Luo Xiang, Kan Xiuji, Wang Dongliang, Shi Yu, Zhu Siqi, Chen Zhenyu, Wang Congcong, Zhu Wenqi, Wang Xiangtong, Sun Wenwen
Jiangsu Province (Suqian) Hospital, Nanjing Medical University, China.
First Affiliated Hospital of Soochow University, Soochow University, China.
J Int Med Res. 2025 Aug;53(8):3000605251362991. doi: 10.1177/03000605251362991. Epub 2025 Aug 13.

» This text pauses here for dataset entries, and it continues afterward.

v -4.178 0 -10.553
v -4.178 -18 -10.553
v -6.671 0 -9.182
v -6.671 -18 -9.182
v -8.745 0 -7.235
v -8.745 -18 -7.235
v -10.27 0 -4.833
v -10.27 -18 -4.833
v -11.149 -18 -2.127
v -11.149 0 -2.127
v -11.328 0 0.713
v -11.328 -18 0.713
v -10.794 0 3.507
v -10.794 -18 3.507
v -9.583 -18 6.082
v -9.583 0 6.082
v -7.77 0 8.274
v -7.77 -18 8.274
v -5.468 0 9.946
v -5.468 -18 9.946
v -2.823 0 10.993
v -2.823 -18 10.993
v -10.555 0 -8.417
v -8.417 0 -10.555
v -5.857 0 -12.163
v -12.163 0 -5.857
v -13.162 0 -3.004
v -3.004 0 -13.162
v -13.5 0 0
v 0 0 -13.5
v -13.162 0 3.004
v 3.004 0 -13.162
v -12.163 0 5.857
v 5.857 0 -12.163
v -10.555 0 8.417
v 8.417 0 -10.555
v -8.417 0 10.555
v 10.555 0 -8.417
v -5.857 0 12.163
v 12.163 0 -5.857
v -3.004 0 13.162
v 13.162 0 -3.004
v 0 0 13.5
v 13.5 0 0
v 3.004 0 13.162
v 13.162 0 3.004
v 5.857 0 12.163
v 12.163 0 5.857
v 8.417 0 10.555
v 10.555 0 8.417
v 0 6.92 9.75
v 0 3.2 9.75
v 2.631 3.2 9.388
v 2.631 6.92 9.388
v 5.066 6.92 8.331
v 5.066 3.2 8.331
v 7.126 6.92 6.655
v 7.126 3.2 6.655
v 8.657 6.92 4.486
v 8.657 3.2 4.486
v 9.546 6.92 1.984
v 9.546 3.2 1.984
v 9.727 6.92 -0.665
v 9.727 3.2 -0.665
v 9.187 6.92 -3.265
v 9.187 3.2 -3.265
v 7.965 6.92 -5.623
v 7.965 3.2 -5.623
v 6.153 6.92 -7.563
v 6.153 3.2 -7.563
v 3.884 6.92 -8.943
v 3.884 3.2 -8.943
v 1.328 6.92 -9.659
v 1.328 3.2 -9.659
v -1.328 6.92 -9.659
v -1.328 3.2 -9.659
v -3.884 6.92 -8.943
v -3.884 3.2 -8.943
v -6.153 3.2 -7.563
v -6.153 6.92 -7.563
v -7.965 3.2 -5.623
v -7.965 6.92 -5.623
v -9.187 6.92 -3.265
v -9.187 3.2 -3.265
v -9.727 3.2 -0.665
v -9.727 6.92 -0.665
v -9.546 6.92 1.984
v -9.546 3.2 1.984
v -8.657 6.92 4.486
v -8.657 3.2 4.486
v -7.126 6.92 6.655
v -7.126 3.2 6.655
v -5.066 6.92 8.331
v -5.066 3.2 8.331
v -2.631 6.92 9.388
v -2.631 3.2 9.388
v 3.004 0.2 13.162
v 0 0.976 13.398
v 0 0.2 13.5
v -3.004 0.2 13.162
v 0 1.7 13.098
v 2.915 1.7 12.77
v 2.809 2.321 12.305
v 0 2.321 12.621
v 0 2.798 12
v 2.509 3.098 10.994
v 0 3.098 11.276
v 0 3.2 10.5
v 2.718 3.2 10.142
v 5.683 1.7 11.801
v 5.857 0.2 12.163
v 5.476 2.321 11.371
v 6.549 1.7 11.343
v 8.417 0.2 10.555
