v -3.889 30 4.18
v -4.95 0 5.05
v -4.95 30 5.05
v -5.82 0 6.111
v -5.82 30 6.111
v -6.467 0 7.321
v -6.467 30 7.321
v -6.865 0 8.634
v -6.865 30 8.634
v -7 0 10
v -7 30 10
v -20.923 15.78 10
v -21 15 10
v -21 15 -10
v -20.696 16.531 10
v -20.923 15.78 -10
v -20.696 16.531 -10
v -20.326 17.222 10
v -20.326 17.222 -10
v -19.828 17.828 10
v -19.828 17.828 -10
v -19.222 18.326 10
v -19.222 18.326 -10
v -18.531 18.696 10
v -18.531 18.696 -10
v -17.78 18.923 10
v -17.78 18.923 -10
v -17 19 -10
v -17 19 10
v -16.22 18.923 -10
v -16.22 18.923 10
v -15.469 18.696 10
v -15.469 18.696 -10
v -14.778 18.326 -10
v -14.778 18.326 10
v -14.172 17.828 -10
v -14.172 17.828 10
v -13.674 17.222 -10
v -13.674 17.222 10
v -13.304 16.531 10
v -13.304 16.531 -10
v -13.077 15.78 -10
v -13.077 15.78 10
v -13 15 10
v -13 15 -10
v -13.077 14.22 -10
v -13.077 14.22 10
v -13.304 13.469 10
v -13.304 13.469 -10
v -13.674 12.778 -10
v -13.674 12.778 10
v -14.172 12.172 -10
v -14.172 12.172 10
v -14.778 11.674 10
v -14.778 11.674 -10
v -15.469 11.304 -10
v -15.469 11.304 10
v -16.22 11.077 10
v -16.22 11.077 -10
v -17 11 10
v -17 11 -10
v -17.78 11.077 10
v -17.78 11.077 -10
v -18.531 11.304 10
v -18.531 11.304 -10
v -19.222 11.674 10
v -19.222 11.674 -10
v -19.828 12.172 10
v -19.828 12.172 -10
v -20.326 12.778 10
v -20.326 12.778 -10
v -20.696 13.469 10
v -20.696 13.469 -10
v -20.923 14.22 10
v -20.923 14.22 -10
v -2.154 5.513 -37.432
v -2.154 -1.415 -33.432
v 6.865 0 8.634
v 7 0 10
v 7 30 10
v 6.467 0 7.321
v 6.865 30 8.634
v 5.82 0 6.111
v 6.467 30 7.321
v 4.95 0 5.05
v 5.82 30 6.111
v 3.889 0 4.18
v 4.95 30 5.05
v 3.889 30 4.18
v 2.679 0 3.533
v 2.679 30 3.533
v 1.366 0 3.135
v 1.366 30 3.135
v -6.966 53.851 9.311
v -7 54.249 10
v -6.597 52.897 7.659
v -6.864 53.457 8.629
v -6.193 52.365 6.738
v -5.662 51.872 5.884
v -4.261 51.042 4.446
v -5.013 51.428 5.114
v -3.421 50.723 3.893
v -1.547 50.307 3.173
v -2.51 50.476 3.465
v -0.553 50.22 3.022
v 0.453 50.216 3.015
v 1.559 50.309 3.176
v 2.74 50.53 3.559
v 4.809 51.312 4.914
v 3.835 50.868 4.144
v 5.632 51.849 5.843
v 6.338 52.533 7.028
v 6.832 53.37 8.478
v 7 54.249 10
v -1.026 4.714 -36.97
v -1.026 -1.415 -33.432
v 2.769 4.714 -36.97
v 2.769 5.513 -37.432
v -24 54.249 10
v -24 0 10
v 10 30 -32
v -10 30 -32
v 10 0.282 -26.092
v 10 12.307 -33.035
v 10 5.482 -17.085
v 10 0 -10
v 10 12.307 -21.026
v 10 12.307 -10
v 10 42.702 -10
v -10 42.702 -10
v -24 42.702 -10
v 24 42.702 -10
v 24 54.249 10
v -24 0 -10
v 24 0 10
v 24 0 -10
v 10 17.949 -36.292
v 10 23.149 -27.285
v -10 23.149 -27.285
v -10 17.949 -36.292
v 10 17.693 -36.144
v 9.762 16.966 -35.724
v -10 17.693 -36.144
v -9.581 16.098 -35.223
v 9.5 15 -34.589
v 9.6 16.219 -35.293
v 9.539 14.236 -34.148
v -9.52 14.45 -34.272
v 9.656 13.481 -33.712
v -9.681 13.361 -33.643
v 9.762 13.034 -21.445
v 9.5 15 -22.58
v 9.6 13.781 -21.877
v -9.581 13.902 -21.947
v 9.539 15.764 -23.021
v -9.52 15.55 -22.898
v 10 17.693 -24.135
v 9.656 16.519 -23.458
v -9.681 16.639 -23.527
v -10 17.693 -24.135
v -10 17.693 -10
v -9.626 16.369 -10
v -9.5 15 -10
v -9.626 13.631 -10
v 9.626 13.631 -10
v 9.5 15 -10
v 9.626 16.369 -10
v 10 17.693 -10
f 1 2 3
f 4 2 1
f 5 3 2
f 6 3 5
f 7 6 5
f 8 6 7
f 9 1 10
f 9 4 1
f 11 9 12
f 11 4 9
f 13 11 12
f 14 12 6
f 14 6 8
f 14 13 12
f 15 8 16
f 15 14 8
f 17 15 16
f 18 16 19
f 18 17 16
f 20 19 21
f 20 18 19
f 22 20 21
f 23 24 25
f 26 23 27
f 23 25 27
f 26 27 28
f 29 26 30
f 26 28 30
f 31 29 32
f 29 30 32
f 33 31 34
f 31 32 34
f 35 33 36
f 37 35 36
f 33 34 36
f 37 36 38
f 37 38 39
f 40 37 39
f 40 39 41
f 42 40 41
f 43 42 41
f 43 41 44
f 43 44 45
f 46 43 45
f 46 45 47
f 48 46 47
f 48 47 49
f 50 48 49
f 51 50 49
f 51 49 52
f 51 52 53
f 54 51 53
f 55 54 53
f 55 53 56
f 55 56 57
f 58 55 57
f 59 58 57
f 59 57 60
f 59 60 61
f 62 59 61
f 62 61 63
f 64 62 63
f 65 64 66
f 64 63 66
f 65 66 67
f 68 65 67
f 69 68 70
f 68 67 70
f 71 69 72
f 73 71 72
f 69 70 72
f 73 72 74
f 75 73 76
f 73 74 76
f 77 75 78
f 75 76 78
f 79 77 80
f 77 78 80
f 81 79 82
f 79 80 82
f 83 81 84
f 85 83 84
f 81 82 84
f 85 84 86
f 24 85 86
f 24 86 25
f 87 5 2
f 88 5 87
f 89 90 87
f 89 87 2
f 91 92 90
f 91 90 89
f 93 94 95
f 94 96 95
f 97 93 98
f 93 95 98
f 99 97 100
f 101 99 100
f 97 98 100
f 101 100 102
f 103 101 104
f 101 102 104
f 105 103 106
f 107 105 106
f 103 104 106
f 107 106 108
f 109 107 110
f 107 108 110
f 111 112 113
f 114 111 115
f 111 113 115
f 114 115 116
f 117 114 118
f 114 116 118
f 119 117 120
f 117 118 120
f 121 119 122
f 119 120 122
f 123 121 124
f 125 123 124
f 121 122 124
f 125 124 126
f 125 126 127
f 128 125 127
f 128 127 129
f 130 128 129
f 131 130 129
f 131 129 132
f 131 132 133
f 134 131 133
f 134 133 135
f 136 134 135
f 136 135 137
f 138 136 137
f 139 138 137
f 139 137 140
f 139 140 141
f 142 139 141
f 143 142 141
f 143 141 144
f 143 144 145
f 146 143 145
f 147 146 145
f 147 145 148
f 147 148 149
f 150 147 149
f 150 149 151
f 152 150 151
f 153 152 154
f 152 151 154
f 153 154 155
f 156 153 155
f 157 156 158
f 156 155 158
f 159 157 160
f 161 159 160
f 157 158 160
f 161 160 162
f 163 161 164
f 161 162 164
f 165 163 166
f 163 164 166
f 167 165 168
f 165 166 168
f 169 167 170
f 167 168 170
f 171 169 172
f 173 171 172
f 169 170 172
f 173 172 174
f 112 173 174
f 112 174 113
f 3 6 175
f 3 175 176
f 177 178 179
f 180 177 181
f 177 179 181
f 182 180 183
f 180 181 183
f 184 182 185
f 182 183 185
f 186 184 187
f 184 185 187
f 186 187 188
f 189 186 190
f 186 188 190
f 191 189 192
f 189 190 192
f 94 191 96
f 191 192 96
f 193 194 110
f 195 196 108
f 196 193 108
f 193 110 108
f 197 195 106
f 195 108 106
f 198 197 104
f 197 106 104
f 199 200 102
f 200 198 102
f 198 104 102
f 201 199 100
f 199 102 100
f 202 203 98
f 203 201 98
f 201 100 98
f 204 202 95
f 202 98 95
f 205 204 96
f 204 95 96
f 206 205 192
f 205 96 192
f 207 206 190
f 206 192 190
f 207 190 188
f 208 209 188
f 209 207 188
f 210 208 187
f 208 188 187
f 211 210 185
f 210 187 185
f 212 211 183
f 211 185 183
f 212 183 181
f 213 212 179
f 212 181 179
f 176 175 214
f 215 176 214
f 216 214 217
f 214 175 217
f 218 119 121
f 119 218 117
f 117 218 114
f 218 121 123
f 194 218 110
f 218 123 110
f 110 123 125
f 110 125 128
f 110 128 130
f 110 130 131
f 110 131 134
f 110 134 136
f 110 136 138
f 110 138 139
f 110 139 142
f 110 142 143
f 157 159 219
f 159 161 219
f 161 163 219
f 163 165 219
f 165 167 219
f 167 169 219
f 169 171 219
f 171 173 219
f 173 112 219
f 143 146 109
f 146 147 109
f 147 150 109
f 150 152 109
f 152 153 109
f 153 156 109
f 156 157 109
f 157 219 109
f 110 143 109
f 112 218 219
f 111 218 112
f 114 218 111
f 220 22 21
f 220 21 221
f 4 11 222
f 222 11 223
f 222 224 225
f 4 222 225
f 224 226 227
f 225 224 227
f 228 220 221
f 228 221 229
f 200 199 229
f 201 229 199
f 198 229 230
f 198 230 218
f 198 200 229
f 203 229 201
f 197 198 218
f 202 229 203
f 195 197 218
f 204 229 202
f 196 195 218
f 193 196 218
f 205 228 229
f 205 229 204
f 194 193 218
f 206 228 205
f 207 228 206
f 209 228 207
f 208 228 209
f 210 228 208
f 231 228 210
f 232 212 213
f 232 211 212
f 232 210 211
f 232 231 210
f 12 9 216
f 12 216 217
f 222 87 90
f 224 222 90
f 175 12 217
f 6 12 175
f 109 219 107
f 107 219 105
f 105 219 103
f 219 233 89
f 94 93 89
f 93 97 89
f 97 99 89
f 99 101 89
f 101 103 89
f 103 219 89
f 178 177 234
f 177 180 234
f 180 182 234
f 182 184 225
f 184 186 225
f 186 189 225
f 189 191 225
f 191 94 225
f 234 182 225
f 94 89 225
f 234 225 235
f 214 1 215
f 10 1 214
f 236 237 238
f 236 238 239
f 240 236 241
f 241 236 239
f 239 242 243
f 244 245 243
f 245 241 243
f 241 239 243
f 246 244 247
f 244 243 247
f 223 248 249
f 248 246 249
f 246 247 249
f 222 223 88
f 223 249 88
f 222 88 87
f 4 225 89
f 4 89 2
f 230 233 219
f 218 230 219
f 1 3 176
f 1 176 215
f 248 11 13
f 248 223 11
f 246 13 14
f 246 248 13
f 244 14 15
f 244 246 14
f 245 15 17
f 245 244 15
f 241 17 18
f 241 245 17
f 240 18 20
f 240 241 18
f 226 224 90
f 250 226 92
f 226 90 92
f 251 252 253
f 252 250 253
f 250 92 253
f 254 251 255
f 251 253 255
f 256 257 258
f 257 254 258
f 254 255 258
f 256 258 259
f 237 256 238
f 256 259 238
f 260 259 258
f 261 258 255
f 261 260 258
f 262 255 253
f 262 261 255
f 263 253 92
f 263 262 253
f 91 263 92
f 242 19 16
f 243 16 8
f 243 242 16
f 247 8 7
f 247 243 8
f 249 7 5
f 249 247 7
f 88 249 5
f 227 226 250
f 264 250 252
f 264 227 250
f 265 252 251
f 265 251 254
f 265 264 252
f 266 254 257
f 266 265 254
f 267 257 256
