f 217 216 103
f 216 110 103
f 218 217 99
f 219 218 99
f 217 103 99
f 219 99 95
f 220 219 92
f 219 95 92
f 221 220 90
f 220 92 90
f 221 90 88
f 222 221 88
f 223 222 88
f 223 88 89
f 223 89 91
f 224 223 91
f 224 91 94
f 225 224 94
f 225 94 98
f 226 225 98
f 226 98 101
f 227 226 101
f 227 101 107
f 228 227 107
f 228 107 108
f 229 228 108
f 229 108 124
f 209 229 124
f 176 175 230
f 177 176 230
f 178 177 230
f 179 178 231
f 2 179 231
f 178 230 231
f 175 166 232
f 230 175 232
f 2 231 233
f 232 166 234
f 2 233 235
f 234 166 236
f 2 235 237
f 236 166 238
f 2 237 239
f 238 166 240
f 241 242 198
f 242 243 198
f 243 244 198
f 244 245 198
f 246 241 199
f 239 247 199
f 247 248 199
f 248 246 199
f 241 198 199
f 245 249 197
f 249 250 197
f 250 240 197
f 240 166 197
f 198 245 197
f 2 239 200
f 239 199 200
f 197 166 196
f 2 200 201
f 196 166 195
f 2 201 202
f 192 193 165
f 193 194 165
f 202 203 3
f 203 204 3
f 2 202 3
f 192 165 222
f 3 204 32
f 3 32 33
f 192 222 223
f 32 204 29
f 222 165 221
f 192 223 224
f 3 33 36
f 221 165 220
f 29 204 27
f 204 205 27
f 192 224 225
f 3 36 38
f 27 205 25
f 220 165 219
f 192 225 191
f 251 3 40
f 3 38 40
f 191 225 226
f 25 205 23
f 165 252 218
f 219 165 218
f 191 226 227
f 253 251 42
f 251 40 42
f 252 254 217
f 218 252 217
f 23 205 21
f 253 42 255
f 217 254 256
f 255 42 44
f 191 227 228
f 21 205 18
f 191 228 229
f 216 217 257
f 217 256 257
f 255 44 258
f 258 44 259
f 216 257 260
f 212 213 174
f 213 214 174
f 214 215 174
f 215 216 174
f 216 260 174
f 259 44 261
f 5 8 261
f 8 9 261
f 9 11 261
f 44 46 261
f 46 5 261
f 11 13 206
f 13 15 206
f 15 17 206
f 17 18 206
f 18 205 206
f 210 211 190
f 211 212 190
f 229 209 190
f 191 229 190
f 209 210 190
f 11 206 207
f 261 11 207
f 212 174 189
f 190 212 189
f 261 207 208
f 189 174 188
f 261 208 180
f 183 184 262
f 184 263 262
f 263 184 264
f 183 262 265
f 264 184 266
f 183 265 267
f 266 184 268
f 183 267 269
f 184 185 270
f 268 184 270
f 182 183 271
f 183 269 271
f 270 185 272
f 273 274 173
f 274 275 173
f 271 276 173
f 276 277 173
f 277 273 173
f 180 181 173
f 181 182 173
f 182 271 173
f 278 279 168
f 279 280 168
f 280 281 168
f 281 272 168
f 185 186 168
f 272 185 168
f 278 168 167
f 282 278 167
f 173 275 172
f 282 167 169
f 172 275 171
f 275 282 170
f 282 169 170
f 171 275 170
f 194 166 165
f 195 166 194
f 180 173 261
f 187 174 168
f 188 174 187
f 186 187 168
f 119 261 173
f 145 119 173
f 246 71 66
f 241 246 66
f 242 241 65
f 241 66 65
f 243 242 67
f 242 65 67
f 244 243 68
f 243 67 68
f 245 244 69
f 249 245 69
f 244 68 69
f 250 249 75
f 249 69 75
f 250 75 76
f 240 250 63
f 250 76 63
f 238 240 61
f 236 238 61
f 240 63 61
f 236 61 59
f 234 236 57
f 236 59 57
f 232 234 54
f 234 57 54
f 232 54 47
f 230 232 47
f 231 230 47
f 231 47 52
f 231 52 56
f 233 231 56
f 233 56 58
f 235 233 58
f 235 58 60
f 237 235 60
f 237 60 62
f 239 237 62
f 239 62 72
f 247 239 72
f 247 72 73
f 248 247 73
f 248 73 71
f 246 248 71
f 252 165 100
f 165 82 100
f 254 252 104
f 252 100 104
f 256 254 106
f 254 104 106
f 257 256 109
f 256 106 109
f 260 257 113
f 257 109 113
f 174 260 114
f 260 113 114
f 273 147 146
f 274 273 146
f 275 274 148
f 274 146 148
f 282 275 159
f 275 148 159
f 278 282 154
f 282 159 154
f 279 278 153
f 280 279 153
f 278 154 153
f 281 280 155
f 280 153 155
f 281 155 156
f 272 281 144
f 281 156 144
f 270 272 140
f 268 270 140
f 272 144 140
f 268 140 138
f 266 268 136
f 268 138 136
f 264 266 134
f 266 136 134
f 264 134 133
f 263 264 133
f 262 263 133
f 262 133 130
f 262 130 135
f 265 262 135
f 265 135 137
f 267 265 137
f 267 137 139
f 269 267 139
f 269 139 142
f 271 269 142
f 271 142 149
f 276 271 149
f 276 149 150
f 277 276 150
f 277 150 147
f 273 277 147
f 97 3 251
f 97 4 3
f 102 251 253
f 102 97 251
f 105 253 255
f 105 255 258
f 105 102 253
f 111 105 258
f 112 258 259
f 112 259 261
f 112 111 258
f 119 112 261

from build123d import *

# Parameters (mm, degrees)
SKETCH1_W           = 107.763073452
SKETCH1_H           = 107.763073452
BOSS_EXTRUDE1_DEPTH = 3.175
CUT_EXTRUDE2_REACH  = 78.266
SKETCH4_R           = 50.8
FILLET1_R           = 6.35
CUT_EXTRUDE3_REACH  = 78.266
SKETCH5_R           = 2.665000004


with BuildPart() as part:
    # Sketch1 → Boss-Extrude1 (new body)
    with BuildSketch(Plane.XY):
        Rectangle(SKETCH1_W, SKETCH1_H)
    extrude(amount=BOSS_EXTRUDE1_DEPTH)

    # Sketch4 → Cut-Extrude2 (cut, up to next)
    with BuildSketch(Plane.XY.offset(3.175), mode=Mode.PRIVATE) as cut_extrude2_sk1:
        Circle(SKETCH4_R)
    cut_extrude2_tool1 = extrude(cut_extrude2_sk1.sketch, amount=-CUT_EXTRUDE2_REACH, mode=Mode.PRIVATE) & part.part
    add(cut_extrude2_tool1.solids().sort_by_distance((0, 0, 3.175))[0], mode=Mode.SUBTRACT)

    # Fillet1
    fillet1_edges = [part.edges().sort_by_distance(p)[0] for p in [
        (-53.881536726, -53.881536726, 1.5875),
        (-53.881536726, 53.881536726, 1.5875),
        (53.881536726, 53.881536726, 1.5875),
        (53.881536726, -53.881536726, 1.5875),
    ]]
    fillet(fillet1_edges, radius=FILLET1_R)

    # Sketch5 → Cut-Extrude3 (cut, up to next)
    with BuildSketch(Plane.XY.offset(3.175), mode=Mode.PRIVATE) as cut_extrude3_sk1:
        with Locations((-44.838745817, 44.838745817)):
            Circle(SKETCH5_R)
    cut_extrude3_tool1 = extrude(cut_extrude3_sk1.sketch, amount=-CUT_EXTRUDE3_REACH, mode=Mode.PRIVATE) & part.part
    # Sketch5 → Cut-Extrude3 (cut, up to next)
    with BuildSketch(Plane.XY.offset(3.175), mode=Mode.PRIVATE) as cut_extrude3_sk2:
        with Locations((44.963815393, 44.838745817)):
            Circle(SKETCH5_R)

BackgroundSepsis is the leading cause of mortality in critically ill cancer patients; however, traditional prognostic models fail to capture the complexity of their immune and physiological interactions.MethodsThis retrospective study analyzed electronic health records from the Medical Information Mart for Intensive Care IV database, including the records of patients with sepsis who had a documented history of cancer and were admitted to the intensive care unit. A two-step feature selection approach, combining least absolute shrinkage and selection operator regression and recursive feature elimination, was used to identify key prognostic variables. Eight machine learning algorithms, such as random forest and extreme gradient boosting, were trained and evaluated using five-fold cross-validation. Model performance was assessed using the area under the receiver operating characteristic curve value, Brier scores, sensitivity, and specificity. SHapley Additive exPlanations, Partial Dependence Plots, and break down algorithms were applied to enhance model interpretability.ResultsThe final cohort included 3364 patients admitted to the intensive care unit. Nonsurvivors had significantly higher illness severity scores (Acute Physiology Score III and Sequential Organ Failure Assessment) than survivors (p < 0.001). Among the tested models, the random forest model demonstrated superior performance, achieving the highest area under the receiver operating characteristic curve value (0.78; 95% confidence interval: 0.76-0.80) and the lowest Brier score (0.15), indicating strong predictive accuracy.ConclusionsThis study developed machine learning models for predicting in-hospital mortality in sepsis patients with a history of cancer, leveraging the Medical Information Mart for Intensive Care IV database for comprehensive risk assessment.
背景
脓毒症是重症癌症患者死亡的主要原因;然而,传统的预后模型未能捕捉到其免疫和生理相互作用的复杂性。
方法
这项回顾性研究分析了重症监护医学信息数据库IV中的电子健康记录,包括有癌症病史且入住重症监护病房的脓毒症患者的记录。采用一种两步特征选择方法,结合最小绝对收缩和选择算子回归以及递归特征消除,来识别关键的预后变量。使用随机森林和极端梯度提升等八种机器学习算法,通过五折交叉验证进行训练和评估。使用受试者工作特征曲线下面积值、布里尔评分、敏感性和特异性来评估模型性能。应用夏普利值、部分依赖图和分解算法来增强模型的可解释性。
结果
最终队列包括3364名入住重症监护病房的患者。非幸存者的疾病严重程度评分(急性生理学评分III和序贯器官衰竭评估)显著高于幸存者(p < 0.001)。在测试的模型中,随机森林模型表现出卓越的性能,达到了最高的受试者工作特征曲线下面积值(0.78;95%置信区间:0.76 - 0.80)和最低的布里尔评分(0.15),表明具有很强的预测准确性。
结论
本研究利用重症监护医学信息数据库IV开发了机器学习模型,用于预测有癌症病史的脓毒症患者的院内死亡率,以进行全面的风险评估。